Collected data entries:

______________________________

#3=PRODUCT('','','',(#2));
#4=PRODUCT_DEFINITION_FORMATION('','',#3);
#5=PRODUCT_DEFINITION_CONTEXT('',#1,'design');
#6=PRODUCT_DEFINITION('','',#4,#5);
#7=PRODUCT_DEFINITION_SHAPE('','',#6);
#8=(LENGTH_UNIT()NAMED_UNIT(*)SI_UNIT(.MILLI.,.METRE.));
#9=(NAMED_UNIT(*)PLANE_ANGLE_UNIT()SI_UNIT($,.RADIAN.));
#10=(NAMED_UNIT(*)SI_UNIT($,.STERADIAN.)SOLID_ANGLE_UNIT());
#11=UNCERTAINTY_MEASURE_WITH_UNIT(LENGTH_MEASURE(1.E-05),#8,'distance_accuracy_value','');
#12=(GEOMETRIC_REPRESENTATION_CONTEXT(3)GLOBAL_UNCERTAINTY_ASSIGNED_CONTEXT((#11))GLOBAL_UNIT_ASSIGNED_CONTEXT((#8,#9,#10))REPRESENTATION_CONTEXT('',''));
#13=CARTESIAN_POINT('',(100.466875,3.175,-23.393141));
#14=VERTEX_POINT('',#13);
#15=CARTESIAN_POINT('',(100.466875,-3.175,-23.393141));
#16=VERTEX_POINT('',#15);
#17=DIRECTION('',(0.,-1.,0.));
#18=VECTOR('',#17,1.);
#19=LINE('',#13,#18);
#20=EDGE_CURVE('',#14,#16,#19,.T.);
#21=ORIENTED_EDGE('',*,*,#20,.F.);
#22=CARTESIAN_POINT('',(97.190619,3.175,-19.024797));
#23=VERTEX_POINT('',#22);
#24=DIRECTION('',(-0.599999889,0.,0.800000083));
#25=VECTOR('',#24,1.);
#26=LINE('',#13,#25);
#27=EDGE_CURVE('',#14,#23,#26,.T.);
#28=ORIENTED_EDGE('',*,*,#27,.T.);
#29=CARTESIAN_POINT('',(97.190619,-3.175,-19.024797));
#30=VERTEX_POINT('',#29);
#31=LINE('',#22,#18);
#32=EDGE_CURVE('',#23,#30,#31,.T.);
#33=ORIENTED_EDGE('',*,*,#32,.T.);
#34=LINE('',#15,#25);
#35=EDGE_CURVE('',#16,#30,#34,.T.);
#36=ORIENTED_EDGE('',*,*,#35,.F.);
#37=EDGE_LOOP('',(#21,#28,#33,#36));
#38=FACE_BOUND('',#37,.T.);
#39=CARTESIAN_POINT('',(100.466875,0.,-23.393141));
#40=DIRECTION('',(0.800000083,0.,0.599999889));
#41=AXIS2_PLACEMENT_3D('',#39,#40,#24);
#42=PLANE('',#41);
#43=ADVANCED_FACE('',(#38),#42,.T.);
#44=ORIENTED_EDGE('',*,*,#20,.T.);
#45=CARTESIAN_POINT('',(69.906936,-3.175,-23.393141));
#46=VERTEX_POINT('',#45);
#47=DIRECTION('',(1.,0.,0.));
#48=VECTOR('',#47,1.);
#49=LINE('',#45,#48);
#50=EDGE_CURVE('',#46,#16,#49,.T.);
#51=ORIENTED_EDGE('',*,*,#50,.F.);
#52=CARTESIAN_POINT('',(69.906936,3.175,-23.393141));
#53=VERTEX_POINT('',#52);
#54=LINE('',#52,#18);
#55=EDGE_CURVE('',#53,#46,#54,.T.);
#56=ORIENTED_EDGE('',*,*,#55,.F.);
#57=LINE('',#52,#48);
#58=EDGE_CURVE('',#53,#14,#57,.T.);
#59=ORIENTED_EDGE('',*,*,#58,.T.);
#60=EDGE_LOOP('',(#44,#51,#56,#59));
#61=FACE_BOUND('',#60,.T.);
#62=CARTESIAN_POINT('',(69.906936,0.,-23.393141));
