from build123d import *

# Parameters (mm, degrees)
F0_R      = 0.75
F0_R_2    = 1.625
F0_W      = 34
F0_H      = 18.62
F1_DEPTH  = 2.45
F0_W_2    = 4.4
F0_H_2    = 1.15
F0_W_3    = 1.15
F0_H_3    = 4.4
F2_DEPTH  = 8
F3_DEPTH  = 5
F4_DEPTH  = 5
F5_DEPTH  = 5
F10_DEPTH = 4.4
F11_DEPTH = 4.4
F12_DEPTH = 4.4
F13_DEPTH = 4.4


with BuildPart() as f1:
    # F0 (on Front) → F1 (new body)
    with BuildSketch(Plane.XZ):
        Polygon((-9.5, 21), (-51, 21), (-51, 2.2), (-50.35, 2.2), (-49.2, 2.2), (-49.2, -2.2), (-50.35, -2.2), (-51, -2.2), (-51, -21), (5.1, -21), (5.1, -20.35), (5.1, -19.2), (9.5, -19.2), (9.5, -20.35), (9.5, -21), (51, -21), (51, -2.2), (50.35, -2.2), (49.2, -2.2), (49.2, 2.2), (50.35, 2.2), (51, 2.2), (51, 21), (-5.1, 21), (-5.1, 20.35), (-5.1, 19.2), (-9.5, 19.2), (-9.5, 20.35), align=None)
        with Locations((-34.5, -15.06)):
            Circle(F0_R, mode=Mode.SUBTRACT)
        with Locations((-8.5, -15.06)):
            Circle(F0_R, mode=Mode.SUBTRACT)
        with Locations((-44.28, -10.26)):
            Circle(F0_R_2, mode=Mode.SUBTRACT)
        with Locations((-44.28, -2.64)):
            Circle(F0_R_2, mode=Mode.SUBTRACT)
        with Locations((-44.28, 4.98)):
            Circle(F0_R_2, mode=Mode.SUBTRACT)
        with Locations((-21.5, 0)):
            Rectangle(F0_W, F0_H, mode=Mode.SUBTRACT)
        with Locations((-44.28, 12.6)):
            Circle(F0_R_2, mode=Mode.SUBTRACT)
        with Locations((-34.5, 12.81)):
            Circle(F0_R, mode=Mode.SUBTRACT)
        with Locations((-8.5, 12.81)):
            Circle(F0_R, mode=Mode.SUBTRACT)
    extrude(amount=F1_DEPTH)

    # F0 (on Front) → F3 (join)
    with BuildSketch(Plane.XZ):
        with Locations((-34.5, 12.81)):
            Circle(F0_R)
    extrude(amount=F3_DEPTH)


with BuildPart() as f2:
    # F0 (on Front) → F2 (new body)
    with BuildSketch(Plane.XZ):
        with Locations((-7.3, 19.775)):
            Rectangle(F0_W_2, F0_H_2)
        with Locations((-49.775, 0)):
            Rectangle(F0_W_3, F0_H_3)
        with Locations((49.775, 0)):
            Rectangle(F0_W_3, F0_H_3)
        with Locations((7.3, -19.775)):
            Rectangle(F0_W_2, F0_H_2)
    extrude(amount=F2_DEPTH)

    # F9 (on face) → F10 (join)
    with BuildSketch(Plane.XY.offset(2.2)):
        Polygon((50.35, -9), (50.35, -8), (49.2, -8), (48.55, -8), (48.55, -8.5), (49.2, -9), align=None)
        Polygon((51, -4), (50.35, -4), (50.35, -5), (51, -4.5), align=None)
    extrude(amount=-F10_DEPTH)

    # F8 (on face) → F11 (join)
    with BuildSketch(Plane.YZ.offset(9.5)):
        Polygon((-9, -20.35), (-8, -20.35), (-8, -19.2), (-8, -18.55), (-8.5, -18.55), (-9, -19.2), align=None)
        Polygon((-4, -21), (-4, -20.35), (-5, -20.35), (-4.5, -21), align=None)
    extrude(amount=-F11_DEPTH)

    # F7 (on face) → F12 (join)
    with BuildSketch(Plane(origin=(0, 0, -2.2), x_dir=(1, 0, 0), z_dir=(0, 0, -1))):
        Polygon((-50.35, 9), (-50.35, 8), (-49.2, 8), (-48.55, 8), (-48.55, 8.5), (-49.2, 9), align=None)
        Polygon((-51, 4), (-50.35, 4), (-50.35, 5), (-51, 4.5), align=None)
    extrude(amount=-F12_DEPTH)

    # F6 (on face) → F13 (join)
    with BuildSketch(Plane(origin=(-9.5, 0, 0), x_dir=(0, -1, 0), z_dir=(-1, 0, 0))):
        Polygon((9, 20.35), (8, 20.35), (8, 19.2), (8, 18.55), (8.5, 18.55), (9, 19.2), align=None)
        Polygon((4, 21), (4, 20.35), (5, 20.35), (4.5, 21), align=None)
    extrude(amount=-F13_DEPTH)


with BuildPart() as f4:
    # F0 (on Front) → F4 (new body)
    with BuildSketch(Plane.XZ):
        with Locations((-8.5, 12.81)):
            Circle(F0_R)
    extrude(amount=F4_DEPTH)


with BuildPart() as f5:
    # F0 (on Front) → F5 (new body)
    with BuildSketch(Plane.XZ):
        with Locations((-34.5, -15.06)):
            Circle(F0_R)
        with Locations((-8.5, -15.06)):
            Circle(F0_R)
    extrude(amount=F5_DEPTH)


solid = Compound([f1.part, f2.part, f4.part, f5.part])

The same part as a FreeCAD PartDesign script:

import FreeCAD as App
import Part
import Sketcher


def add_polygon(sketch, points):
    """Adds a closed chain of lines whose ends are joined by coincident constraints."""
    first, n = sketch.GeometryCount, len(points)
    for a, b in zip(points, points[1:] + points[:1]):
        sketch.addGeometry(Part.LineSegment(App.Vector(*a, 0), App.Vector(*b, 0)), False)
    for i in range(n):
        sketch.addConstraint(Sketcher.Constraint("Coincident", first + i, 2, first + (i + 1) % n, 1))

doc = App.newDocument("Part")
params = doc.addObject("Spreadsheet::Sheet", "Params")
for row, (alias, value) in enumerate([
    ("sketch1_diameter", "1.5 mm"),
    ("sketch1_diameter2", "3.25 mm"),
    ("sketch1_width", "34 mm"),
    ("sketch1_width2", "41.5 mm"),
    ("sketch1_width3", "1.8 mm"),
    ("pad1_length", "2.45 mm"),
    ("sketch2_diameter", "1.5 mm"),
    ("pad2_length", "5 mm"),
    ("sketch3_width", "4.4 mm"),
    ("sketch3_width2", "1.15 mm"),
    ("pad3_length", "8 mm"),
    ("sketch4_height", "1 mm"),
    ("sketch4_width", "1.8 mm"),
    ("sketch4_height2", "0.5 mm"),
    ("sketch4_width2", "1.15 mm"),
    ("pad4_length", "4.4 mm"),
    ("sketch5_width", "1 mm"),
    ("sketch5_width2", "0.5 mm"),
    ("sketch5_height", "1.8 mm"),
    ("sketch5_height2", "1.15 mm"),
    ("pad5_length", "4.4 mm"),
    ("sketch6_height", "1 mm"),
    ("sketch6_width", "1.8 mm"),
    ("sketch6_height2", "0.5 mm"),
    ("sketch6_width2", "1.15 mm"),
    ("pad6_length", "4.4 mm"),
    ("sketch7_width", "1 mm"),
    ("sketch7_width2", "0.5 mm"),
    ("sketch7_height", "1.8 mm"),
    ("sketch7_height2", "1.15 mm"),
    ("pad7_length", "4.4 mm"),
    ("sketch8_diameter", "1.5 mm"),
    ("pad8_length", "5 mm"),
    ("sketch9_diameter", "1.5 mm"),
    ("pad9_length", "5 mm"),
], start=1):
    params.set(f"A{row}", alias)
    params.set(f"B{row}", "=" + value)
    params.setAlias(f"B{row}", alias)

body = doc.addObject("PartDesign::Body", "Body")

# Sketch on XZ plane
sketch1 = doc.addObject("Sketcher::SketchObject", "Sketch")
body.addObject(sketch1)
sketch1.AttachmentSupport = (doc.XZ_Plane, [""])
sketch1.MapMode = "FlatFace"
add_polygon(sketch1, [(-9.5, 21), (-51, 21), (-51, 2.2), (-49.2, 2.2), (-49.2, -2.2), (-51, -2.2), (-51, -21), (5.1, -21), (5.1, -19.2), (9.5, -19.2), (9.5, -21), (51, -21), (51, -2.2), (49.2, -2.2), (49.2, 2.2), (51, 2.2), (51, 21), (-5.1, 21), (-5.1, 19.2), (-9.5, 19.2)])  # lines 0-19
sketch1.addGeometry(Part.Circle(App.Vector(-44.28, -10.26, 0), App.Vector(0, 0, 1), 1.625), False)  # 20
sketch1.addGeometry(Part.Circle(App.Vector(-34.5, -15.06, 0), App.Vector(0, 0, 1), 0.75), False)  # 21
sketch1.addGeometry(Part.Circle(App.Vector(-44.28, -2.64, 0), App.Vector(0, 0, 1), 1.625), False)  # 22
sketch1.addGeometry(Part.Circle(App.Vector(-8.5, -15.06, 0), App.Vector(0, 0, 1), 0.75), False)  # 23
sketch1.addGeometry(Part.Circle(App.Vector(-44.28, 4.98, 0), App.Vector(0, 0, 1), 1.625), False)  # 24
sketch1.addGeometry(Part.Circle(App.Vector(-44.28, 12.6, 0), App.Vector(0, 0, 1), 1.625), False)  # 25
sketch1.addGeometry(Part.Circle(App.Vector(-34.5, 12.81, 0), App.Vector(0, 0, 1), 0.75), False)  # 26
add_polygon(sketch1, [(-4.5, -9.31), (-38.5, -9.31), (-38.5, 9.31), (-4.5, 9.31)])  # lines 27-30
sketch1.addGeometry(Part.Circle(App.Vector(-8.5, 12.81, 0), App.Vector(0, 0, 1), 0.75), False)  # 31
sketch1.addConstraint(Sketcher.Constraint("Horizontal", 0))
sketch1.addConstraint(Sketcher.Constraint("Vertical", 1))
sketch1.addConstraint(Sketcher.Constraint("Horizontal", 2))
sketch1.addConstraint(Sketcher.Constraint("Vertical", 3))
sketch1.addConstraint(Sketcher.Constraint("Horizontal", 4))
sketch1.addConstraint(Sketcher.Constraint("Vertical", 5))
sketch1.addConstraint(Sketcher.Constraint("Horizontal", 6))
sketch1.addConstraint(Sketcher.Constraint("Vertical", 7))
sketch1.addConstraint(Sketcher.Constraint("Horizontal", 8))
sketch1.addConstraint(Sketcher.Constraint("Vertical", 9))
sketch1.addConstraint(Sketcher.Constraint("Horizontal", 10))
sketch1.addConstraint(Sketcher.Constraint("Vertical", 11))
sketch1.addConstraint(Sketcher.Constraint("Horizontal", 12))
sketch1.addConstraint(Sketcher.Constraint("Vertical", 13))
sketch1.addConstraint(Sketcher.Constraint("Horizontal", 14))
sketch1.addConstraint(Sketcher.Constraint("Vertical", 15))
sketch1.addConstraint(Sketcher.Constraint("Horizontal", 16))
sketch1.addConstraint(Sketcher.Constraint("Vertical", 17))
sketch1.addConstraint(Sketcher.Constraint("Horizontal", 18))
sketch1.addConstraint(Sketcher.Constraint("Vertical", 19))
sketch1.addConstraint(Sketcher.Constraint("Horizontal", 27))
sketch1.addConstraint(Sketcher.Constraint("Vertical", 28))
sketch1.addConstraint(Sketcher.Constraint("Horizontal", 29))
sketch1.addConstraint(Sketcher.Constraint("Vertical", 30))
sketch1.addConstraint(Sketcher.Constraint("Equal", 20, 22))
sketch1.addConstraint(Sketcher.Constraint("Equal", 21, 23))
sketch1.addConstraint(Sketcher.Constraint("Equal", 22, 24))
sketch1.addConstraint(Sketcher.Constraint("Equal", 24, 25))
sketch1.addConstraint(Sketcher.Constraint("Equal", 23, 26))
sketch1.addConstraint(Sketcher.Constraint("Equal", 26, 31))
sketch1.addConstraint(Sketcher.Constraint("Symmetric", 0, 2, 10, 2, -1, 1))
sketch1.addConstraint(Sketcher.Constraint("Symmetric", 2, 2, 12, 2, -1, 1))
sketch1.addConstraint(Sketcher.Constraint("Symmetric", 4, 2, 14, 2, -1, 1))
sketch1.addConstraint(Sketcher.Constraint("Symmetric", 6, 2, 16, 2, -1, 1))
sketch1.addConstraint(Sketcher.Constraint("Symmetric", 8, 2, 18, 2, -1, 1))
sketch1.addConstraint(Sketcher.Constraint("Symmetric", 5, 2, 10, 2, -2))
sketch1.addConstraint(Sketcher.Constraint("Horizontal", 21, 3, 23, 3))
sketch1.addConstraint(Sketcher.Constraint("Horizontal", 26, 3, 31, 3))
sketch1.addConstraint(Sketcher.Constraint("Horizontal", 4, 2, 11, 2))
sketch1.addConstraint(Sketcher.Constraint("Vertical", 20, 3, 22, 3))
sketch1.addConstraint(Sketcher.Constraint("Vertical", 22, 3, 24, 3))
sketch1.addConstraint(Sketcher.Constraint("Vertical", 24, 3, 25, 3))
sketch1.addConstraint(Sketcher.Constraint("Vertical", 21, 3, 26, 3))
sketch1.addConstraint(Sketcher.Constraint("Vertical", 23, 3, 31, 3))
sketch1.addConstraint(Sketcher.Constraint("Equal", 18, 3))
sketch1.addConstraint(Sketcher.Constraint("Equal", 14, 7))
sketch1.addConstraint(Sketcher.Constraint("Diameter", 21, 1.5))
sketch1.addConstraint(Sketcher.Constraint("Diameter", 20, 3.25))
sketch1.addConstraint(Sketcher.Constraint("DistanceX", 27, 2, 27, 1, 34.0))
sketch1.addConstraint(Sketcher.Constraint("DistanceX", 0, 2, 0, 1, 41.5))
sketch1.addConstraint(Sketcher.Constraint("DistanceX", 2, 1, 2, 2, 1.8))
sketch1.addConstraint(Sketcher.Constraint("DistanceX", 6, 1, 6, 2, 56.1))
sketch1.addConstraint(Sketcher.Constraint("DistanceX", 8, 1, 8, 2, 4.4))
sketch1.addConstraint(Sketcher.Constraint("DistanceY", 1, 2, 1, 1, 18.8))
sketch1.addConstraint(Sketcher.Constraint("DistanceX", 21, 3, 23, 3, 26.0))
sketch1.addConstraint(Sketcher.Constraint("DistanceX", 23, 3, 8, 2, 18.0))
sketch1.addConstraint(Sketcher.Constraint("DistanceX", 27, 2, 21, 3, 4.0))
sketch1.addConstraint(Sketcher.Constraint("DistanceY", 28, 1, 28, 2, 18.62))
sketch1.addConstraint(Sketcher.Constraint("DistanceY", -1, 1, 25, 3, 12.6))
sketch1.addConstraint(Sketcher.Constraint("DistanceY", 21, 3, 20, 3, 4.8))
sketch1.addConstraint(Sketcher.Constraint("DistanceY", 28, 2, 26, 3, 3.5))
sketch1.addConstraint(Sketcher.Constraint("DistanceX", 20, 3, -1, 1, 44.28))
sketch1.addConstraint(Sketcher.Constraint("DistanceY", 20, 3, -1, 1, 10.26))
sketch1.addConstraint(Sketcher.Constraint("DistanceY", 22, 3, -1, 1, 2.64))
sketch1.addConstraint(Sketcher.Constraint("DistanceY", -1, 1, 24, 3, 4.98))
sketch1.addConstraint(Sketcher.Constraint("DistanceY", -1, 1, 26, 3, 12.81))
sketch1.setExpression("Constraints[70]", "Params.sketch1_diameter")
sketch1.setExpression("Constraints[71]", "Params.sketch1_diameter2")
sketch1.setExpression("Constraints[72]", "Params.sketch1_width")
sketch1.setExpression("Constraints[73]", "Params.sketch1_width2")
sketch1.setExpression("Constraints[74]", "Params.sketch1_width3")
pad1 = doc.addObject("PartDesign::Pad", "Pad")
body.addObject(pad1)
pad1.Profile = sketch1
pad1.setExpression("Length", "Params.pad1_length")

______________________________

▶ **What you will do**: Scan the lines above for "Front", then copy every one that has it.

▶ **Response**:
    # F0 (on Front) → F1 (new body)
    # F0 (on Front) → F3 (join)
    # F0 (on Front) → F2 (new body)
    # F0 (on Front) → F4 (new body)
    # F0 (on Front) → F5 (new body)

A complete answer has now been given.